Input records
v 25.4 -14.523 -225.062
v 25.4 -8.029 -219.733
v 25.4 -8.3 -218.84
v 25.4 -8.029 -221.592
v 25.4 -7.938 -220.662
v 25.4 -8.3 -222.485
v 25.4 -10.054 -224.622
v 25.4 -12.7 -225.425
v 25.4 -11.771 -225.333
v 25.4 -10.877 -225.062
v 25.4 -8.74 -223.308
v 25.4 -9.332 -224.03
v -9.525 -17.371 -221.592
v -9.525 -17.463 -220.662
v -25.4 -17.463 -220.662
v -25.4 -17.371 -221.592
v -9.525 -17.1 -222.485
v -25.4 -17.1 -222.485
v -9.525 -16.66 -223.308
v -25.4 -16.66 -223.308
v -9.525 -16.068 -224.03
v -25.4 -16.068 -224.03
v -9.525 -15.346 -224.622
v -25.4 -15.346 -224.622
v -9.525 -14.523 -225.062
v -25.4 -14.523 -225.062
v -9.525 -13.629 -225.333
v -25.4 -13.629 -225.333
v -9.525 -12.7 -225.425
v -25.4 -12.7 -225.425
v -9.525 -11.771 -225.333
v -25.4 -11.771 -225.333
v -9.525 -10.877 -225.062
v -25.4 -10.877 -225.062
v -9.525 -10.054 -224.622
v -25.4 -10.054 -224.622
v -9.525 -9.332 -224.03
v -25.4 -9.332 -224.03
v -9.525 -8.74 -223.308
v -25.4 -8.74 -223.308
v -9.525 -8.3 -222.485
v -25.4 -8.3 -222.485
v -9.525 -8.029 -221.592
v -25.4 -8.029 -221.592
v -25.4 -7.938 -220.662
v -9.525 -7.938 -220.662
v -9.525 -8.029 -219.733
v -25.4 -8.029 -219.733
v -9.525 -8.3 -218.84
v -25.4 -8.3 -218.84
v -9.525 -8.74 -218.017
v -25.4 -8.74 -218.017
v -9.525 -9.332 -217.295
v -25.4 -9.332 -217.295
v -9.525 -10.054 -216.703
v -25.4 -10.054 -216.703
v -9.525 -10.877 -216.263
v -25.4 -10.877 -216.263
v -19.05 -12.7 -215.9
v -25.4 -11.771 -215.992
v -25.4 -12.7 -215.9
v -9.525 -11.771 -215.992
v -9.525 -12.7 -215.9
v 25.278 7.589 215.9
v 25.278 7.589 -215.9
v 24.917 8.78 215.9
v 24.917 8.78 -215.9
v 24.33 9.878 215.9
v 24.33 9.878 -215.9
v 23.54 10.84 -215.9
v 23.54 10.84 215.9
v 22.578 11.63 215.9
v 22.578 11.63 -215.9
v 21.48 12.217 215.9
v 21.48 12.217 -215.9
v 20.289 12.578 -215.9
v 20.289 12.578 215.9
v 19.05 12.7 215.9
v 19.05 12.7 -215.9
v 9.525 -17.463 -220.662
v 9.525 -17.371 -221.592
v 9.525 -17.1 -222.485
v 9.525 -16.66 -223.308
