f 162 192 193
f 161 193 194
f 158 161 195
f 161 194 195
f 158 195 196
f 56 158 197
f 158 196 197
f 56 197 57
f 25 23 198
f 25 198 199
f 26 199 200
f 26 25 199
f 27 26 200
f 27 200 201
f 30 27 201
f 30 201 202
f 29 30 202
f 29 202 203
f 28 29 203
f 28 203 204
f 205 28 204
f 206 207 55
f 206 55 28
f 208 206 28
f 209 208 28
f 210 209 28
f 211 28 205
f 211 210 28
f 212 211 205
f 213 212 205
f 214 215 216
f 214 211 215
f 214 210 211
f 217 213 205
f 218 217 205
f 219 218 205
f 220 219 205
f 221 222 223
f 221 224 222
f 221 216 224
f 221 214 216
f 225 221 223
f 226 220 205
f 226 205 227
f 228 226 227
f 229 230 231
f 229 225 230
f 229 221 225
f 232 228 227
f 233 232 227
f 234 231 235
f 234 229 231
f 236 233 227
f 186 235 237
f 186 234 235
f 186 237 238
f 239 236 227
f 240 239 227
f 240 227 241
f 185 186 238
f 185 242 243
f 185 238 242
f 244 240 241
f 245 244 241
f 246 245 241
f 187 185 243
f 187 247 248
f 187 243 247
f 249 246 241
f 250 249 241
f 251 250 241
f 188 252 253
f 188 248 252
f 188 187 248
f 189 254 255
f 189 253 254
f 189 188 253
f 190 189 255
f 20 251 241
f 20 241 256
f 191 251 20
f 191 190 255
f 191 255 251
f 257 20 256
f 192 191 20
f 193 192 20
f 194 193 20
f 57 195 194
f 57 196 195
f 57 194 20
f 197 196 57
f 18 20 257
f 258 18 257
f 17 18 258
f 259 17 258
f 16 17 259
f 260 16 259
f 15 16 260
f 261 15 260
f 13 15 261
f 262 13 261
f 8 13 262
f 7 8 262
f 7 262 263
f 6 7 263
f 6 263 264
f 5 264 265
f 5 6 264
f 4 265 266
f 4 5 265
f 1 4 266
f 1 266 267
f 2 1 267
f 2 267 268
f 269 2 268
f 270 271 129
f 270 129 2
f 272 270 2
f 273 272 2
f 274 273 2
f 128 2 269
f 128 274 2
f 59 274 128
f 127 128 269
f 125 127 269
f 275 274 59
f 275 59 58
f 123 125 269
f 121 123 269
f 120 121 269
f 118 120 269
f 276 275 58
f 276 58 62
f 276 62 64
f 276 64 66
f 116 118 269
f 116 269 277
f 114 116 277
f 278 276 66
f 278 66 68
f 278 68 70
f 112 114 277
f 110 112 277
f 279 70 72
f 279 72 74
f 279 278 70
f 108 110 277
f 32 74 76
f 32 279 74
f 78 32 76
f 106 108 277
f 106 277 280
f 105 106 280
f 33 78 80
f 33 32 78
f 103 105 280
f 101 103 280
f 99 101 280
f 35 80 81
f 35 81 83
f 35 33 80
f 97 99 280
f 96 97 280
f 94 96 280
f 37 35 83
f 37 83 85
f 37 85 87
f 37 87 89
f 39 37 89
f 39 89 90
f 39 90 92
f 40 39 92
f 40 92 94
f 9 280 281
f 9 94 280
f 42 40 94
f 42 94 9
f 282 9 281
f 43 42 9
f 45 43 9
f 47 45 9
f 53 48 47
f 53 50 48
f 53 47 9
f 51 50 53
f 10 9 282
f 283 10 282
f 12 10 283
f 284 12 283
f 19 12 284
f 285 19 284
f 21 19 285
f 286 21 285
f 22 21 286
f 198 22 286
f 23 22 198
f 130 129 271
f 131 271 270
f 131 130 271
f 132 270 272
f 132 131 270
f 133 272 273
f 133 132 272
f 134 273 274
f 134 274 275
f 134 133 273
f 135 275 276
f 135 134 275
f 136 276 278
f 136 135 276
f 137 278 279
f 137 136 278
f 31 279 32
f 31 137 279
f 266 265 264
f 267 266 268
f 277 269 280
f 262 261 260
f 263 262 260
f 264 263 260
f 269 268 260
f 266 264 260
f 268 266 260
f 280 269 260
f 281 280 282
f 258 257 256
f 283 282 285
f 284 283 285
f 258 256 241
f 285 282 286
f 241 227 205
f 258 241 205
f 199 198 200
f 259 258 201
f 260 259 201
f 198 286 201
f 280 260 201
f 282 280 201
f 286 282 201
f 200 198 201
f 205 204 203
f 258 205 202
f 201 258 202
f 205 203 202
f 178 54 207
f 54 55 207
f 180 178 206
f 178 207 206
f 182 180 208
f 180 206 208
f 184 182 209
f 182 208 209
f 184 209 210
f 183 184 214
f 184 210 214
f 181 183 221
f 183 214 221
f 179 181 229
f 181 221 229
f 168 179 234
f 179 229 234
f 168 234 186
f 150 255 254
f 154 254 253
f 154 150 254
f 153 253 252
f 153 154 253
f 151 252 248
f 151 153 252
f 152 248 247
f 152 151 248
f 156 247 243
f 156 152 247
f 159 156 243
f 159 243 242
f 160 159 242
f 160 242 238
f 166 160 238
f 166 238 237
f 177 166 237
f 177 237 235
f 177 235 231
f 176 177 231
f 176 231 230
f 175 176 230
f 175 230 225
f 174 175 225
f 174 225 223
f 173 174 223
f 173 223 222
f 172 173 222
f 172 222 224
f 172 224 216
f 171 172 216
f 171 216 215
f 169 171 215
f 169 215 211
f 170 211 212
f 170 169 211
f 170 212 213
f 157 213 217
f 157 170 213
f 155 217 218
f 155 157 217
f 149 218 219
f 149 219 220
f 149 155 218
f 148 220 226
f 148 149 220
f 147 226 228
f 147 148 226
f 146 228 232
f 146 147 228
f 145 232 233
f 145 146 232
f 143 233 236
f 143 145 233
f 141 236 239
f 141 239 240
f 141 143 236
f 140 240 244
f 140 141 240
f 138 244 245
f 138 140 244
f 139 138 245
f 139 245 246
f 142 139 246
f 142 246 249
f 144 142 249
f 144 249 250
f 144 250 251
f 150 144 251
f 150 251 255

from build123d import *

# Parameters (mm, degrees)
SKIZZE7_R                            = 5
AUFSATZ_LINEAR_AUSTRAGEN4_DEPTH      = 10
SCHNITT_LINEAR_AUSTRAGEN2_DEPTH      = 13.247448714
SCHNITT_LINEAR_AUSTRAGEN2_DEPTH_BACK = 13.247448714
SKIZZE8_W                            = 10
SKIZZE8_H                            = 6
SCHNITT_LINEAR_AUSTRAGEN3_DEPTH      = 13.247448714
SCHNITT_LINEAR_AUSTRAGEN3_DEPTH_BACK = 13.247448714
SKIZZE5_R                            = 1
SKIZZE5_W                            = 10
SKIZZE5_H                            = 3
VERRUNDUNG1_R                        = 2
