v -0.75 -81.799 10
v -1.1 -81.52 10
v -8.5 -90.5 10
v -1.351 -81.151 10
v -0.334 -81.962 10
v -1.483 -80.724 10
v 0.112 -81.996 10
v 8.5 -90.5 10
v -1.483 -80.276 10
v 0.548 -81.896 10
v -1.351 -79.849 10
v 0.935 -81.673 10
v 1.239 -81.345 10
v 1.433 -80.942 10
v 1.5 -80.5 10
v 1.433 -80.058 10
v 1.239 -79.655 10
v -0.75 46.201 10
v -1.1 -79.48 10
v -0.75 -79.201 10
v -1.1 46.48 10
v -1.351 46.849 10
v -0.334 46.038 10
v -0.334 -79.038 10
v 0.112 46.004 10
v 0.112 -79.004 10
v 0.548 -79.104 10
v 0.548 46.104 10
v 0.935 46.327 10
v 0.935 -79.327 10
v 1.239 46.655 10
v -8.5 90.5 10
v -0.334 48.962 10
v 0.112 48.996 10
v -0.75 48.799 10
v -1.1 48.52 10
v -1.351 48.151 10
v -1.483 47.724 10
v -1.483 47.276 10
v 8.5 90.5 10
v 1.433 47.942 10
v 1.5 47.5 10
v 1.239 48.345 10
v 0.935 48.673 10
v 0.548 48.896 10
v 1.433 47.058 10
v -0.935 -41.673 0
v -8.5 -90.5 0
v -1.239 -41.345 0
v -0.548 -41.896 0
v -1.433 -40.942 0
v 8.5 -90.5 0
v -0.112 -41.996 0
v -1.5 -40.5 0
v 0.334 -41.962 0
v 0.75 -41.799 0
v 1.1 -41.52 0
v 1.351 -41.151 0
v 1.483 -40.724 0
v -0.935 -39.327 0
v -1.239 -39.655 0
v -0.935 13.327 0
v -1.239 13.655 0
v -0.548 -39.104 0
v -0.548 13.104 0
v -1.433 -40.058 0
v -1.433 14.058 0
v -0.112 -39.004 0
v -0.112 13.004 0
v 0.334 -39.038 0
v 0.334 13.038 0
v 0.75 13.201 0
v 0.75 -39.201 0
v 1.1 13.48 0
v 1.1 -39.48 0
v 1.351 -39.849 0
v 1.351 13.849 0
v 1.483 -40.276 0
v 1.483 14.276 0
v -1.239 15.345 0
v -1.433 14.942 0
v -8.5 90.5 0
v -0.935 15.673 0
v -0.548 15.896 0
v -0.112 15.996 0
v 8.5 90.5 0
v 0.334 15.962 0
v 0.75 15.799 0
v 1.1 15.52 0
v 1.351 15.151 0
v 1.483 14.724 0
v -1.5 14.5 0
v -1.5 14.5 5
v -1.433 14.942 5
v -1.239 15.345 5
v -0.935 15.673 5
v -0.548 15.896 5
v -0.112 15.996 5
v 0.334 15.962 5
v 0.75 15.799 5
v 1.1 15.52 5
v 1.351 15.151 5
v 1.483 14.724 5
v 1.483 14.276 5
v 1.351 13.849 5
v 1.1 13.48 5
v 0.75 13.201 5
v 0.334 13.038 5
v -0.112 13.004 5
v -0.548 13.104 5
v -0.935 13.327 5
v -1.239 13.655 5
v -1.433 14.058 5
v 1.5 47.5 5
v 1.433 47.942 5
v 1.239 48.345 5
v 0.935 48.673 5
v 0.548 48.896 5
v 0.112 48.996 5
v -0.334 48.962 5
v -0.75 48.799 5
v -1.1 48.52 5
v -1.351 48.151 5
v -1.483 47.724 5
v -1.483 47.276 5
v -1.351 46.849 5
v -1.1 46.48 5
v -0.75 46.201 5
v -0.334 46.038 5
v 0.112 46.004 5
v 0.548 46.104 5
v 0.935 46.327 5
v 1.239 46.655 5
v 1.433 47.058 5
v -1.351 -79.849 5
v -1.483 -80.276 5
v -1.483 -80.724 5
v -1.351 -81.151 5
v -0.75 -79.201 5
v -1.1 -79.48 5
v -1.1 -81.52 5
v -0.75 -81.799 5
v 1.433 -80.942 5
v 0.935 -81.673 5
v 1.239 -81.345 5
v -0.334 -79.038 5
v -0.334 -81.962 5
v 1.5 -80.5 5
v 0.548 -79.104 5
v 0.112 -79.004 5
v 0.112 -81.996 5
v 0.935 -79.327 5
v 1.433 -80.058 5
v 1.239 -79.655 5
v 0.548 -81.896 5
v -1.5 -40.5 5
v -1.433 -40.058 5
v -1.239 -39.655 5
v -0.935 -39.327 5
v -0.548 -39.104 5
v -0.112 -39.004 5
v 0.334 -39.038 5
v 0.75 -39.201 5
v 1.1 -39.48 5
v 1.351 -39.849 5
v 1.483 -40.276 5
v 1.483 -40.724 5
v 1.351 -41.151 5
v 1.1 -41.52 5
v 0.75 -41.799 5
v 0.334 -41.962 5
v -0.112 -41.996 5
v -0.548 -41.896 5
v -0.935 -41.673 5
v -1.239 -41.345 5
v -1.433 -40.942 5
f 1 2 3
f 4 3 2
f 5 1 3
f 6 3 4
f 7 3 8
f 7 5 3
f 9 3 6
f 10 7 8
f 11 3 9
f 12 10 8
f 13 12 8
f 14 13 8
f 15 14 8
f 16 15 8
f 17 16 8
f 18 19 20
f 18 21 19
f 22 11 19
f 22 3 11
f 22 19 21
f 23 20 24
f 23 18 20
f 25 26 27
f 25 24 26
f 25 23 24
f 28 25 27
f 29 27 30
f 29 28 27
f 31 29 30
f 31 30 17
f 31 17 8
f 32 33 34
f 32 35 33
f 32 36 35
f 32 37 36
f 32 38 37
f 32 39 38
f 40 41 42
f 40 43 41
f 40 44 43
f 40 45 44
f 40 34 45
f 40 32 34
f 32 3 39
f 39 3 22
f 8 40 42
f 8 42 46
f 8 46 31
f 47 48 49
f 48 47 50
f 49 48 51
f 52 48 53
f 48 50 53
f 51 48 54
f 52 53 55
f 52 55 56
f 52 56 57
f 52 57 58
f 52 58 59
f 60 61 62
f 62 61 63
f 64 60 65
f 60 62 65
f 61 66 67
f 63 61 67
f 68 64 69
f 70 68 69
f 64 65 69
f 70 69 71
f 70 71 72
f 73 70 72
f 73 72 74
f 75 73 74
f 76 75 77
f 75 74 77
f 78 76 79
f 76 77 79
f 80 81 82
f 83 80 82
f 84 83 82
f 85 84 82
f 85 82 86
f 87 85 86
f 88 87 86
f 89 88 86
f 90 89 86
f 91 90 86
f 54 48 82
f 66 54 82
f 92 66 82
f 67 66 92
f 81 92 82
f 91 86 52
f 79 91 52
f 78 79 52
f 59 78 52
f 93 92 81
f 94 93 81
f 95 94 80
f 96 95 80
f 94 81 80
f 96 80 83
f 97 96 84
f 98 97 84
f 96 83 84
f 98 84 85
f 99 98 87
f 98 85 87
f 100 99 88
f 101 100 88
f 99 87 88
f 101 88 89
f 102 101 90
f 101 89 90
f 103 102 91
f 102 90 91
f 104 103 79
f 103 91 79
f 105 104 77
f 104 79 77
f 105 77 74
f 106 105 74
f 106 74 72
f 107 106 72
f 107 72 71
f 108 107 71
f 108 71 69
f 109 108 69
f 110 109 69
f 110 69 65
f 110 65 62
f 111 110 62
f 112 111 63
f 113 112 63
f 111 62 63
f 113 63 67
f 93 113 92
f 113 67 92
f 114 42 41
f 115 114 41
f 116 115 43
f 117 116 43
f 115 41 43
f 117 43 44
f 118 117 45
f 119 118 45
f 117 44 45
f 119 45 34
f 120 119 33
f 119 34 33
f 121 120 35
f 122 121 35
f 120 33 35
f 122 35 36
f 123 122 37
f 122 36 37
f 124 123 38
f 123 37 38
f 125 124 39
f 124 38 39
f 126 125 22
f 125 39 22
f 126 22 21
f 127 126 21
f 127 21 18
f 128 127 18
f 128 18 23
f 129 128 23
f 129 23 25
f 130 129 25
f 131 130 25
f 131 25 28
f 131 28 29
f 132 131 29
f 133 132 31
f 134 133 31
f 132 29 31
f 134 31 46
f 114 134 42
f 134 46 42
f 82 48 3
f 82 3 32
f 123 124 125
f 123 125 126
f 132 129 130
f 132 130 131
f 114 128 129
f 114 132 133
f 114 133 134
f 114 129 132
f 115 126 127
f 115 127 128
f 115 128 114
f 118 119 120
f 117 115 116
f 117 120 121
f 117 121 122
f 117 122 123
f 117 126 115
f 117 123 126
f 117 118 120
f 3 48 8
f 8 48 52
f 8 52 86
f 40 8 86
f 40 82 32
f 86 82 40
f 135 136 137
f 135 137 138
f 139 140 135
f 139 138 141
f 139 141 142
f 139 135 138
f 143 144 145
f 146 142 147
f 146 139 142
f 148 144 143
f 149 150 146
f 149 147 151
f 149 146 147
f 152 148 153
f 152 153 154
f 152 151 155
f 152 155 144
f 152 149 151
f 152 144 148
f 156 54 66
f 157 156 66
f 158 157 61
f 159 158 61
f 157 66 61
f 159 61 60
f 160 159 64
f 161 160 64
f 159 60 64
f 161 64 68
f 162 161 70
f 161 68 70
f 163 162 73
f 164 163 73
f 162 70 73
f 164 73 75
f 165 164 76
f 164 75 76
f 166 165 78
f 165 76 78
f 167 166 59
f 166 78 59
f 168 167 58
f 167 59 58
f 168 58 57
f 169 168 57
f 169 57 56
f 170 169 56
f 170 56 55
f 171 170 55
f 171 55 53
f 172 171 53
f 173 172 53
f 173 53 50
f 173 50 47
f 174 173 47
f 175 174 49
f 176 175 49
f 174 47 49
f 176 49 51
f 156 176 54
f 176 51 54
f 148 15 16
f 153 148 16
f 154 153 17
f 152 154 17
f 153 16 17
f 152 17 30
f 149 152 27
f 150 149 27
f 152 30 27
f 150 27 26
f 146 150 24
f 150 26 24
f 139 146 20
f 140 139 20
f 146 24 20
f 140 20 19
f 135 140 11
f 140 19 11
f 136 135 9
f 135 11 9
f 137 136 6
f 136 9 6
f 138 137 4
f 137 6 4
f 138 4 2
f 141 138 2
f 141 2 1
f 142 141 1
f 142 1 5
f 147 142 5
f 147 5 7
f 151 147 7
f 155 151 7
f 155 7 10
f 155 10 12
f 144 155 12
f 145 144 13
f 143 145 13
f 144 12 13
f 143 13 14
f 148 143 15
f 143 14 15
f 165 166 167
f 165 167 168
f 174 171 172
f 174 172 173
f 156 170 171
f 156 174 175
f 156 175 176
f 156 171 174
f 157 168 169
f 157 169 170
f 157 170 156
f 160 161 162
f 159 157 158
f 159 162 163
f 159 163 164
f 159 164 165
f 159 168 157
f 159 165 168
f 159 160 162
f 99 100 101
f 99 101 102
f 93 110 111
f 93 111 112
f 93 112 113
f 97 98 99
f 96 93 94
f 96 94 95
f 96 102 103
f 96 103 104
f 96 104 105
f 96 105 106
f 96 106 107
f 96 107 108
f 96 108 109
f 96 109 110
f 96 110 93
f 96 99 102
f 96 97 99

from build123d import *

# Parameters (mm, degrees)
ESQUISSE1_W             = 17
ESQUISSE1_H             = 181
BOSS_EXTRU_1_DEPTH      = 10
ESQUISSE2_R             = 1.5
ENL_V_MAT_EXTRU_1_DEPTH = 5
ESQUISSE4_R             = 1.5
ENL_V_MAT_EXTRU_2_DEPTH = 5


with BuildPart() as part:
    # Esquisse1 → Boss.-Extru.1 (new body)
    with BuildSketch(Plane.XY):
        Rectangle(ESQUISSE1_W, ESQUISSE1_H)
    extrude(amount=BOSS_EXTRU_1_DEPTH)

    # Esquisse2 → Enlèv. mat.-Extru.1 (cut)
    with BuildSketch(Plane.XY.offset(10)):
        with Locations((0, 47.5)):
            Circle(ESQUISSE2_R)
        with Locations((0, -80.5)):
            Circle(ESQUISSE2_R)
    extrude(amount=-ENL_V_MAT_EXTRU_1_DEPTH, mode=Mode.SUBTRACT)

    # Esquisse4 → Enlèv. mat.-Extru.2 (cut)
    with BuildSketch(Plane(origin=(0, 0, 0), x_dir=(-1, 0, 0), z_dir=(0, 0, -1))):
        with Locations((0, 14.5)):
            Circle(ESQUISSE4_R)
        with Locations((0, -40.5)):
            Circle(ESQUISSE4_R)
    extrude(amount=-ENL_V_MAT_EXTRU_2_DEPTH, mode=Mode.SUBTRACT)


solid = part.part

Directions
Within the material above, the line with "f 149 219 220" opens the range and the line with "v 0.935 -81.673 10" closes it; reproduce that range word for word.

Solution for this problem
f 149 219 220
f 149 155 218
f 148 220 226
f 148 149 220
f 147 226 228
f 147 148 226
f 146 228 232
f 146 147 228
f 145 232 233
f 145 146 232
f 143 233 236
f 143 145 233
f 141 236 239
f 141 239 240
f 141 143 236
f 140 240 244
f 140 141 240
f 138 244 245
f 138 140 244
f 139 138 245
f 139 245 246
f 142 139 246
f 142 246 249
f 144 142 249
f 144 249 250
f 144 250 251
f 150 144 251
f 150 251 255

from build123d import *

# Parameters (mm, degrees)
SKIZZE7_R                            = 5
AUFSATZ_LINEAR_AUSTRAGEN4_DEPTH      = 10
SCHNITT_LINEAR_AUSTRAGEN2_DEPTH      = 13.247448714
SCHNITT_LINEAR_AUSTRAGEN2_DEPTH_BACK = 13.247448714
SKIZZE8_W                            = 10
SKIZZE8_H                            = 6
SCHNITT_LINEAR_AUSTRAGEN3_DEPTH      = 13.247448714
SCHNITT_LINEAR_AUSTRAGEN3_DEPTH_BACK = 13.247448714
SKIZZE5_R                            = 1
SKIZZE5_W                            = 10
SKIZZE5_H                            = 3
VERRUNDUNG1_R                        = 2
v -0.75 -81.799 10
v -1.1 -81.52 10
v -8.5 -90.5 10
v -1.351 -81.151 10
v -0.334 -81.962 10
v -1.483 -80.724 10
v 0.112 -81.996 10
v 8.5 -90.5 10
v -1.483 -80.276 10
v 0.548 -81.896 10
v -1.351 -79.849 10
v 0.935 -81.673 10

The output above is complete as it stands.